I have something similar a few years back. The problem is not the ticket, but the fact that they can pile a comtempt of court chanrge on top of your 50 dallar fine, which is 1000$ or 6 months. If you dont think you ever want to go back, dont worry about it, but before it turns into more of a problem, send them that 50 dollars, or just go to court.
Edit to clarify:
I dont support giving the state your money, nor do I mean that you should play by their rules and deal with this bullshit ticket, but really consider the consequences of how big this little shit can get. I have a lot of fines and minor arrests that I played off in my head as, "fuck you, fuck your law... I am not going to play this game." I now also have a fair amount of arrest warrants for Failure to Appear and contempt of court. There are letters being sent to at least 10 addresses, in at least 6 states that I can think of, letting me know that I am under arrest. Right. I am living in southern Spain, tickets for hitch hiking? being drunk? get the fuck...
Really though, I know that I wont have problems going around in the states if I keep my nose clean, with no random stops, I should be fine even to enter the county of these warrants. Unfortunately, FTA charges mean that you become a flight risk. I expect the next minor infraction I get cited for could also mean that I am held in court, until court, as I am obviously a flight risk. Also, now that I am living abroad, if I ever get deported back to the states, and I am in Federal custody, there is no reason for them not to press these contempt charges, and put me straight in jail.
More or less, my advice is to go to court if you have the time. Never plead guilty, never plead no contest. These are 2 amateur mistakes, that are more or less just there for suckers to think they are getting off easy. A lot of the times if you plead not guilty, and push for a trial, your citation officer wont show, and you're off free.
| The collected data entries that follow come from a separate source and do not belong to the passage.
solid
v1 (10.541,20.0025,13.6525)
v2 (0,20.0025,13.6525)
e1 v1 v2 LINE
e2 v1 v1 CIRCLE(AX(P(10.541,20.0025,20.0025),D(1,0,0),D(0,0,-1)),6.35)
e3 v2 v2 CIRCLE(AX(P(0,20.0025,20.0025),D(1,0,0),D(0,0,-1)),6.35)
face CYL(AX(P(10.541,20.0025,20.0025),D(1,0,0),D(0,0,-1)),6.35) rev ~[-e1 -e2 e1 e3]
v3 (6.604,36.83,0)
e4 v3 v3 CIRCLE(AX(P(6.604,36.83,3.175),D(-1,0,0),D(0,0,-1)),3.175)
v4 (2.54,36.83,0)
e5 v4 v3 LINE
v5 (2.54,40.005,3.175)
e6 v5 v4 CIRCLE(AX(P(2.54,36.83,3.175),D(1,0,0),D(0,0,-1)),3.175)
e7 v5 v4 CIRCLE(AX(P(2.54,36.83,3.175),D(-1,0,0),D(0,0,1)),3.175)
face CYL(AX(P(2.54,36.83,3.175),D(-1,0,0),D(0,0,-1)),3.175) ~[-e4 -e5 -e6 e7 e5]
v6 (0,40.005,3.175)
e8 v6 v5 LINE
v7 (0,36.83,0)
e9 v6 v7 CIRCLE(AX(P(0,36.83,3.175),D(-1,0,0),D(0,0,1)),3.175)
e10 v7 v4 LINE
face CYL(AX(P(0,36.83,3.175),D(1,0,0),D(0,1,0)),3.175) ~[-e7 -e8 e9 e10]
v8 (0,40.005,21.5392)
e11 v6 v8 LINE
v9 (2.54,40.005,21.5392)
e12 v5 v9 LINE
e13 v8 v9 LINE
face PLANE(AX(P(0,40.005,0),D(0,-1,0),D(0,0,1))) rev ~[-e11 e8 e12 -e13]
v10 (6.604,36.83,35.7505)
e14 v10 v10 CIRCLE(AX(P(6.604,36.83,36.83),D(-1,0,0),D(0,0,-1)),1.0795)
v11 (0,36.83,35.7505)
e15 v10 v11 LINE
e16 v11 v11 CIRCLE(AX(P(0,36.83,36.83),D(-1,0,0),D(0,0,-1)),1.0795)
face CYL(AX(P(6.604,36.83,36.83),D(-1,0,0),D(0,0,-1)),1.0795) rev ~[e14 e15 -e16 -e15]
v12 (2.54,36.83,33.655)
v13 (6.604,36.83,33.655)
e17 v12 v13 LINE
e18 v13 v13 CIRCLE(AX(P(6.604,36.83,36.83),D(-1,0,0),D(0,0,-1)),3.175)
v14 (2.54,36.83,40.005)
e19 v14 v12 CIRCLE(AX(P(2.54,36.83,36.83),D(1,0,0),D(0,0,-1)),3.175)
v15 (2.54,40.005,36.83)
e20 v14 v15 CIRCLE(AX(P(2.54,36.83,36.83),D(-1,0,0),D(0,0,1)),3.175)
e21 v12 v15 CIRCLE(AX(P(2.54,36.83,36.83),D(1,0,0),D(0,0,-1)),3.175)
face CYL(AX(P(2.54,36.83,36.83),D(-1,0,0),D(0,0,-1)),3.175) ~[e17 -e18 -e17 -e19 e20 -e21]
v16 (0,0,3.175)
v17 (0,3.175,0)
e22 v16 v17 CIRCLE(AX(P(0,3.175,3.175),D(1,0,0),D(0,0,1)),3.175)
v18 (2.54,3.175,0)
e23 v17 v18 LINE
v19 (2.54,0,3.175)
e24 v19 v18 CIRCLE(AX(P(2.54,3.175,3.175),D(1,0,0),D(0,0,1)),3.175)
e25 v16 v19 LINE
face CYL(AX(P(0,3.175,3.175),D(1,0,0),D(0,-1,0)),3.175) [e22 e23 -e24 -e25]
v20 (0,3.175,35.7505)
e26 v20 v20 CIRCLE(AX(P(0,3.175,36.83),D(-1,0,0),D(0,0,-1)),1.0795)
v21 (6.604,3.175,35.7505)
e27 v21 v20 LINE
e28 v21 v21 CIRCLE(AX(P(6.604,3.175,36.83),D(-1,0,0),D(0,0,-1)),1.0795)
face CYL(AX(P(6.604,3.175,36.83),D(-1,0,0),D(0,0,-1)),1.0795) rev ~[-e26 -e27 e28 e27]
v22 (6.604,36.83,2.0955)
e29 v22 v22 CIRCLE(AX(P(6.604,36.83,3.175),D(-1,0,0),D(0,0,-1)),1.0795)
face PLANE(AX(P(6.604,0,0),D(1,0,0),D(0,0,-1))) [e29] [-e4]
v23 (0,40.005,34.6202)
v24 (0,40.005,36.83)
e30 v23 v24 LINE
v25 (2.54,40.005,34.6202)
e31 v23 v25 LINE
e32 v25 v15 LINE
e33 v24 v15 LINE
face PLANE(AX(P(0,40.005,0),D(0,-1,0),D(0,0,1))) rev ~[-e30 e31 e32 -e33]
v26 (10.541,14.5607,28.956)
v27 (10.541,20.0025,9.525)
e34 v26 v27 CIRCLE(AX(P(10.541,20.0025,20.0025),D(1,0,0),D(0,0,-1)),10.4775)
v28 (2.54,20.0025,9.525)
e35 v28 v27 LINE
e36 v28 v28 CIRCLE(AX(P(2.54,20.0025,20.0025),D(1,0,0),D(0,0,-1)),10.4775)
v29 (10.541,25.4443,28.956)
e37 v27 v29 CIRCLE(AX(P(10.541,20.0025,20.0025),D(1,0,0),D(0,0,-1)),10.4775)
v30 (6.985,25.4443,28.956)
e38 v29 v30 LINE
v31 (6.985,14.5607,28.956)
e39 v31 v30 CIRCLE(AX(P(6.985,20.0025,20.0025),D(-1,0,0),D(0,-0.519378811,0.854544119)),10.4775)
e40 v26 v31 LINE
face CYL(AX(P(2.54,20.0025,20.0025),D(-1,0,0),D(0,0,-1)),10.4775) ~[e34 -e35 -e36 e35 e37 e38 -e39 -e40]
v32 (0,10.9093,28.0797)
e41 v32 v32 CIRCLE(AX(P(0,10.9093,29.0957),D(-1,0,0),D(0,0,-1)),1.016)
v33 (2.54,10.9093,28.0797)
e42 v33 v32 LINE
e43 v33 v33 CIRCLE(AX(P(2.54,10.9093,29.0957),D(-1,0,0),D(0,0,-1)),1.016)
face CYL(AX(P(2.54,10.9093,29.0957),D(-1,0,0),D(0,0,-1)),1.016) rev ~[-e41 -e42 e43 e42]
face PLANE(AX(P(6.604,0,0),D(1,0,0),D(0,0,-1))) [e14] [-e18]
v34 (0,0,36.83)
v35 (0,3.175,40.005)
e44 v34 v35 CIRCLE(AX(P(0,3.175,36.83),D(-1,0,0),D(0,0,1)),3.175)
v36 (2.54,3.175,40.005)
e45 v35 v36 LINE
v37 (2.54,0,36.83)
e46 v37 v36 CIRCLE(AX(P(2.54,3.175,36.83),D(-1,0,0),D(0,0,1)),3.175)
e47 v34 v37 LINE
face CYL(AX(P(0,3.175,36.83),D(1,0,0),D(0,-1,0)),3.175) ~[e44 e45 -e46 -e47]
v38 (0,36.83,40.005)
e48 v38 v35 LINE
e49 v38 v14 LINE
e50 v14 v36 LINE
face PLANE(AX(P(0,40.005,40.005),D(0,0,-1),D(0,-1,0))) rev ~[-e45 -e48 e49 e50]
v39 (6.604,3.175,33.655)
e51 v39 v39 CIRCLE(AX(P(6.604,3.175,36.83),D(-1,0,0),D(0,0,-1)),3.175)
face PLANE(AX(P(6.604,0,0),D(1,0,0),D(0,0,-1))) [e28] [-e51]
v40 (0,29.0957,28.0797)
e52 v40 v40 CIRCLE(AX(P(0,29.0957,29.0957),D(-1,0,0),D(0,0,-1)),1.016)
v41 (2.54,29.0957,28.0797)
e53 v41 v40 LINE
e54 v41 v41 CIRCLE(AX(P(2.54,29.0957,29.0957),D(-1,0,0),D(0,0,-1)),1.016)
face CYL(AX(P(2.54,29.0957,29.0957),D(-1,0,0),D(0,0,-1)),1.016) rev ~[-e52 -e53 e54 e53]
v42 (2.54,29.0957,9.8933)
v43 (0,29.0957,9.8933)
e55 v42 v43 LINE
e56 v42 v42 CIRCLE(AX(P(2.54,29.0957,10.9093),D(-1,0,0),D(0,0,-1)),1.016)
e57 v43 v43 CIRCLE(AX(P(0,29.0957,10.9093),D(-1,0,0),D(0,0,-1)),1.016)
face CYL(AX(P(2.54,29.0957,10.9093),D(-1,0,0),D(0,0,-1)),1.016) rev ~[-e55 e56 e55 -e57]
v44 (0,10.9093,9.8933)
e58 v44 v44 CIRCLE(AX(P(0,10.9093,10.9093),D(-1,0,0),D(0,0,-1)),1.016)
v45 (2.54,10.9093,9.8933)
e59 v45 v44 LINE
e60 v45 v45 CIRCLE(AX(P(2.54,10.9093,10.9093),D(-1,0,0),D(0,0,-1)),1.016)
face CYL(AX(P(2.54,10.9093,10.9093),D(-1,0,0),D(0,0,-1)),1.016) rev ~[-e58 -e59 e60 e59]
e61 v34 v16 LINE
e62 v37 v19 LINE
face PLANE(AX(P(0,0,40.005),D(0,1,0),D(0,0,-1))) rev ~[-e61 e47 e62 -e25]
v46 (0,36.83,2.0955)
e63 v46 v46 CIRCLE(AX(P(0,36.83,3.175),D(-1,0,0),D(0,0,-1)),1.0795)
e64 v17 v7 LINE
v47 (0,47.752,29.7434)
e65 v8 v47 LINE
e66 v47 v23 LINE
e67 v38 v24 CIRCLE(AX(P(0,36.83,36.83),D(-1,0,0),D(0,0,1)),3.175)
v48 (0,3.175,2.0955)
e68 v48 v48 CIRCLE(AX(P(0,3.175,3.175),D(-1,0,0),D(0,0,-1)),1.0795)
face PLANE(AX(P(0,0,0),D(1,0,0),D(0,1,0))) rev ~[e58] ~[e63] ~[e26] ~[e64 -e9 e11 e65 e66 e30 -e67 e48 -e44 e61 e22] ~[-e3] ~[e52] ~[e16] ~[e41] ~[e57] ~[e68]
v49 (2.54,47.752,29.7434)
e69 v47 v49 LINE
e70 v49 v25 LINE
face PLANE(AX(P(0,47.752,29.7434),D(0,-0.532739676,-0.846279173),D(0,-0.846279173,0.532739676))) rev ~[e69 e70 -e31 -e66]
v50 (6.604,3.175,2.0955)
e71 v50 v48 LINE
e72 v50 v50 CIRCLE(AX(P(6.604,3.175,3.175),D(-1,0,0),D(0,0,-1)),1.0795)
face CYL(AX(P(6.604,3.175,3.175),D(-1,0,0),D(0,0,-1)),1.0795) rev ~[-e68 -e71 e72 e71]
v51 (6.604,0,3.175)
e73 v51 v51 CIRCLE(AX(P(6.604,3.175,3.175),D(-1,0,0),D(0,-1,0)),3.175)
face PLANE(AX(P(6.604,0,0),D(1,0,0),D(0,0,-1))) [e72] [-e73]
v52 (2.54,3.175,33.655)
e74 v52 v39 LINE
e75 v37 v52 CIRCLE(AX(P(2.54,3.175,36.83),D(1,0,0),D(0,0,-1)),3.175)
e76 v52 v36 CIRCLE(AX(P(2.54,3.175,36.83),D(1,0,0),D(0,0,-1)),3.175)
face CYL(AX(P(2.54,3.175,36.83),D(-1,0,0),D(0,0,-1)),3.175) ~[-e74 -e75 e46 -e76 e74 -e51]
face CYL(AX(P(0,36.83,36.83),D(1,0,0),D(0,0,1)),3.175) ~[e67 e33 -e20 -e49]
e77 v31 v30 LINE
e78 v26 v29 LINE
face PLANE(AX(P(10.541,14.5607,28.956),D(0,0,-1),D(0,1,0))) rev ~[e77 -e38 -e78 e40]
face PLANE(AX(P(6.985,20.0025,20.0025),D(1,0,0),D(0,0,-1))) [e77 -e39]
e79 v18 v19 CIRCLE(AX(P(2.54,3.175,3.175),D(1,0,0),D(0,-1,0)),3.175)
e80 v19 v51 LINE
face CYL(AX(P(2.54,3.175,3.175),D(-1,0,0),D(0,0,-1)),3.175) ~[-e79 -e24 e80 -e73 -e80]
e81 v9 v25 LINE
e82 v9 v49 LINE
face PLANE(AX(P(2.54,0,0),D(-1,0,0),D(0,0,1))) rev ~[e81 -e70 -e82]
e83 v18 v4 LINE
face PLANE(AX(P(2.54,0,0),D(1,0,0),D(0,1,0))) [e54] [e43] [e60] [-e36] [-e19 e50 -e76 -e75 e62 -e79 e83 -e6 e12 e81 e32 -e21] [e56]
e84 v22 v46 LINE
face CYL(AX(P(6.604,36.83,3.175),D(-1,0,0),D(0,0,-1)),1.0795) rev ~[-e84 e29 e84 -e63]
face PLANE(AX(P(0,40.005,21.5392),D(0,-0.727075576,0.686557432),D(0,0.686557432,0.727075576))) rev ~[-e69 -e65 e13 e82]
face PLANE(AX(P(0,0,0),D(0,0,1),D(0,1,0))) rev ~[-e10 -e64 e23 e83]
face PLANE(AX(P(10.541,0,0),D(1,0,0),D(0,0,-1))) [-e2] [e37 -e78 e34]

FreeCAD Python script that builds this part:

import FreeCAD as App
import Part
import Sketcher

V = App.Vector
Q = App.Units.Quantity


def edges_at(feature, points):
    """Names of the edges that pass closest to the given points."""
    edges = feature.Shape.Edges
    near = lambda p: min(range(len(edges)), key=lambda i: edges[i].distToShape(Part.Vertex(*p))[0])
    return sorted({f"Edge{near(p) + 1}" for p in points})

doc = App.newDocument("Part")
body = doc.addObject("PartDesign::Body", "Body")

sketch1 = body.newObject("Sketcher::SketchObject", "Sketch")
sketch1.AttachmentSupport = (doc.getObject("YZ_Plane"), [""])
sketch1.MapMode = "FlatFace"
sketch1.addGeometry(Part.LineSegment(V(0, 40, 0), V(0, 0, 0)), False)
sketch1.addGeometry(Part.LineSegment(V(0, 0, 0), V(40, 0, 0)), False)
sketch1.addGeometry(Part.LineSegment(V(40, 0, 0), V(40, 40, 0)), False)
sketch1.addGeometry(Part.LineSegment(V(40, 40, 0), V(0, 40, 0)), False)
sketch1.addConstraint(Sketcher.Constraint("Coincident", 0, 2, 1, 1))
sketch1.addConstraint(Sketcher.Constraint("Coincident", 1, 2, 2, 1))
sketch1.addConstraint(Sketcher.Constraint("Coincident", 2, 2, 3, 1))
sketch1.addConstraint(Sketcher.Constraint("Coincident", 3, 2, 0, 1))
sketch1.addConstraint(Sketcher.Constraint("Vertical", 0))
sketch1.addConstraint(Sketcher.Constraint("Horizontal", 1))
sketch1.addConstraint(Sketcher.Constraint("Vertical", 2))
sketch1.addConstraint(Sketcher.Constraint("Horizontal", 3))
sketch1.addConstraint(Sketcher.Constraint("Coincident", 0, 2, -1, 1))
sketch1.addConstraint(Sketcher.Constraint("Equal", 3, 0))
sketch1.addConstraint(Sketcher.Constraint("DistanceX", 1, 1, 1, 2, Q("1.575 in")))
pad1 = body.newObject("PartDesign::Pad", "Pad")
pad1.Profile = sketch1
pad1.Length = Q("0.1 in")
doc.recompute()

fillet = body.newObject("PartDesign::Fillet", "Fillet")
fillet.Base = (pad1, edges_at(pad1, [
    (1.27, 40.005, 40.005),
    (1.27, 0, 40.005),
    (1.27, 0, 0),
    (1.27, 40.005, 0),
]))
fillet.Radius = Q("0.125 in")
Just cost you a few court dates. If you cant be around, 50 bucks can be made in a few hours, plea no contest, and get it dropped in half. Don't just not show for your first date. you havent even formally been charged yet. No show is an automatic guilty plea, as well as a warrant for FTA.
Good luck, keep your head down.


----------



## kyle (Sep 2, 2011)

thanks man thats a huge help


----------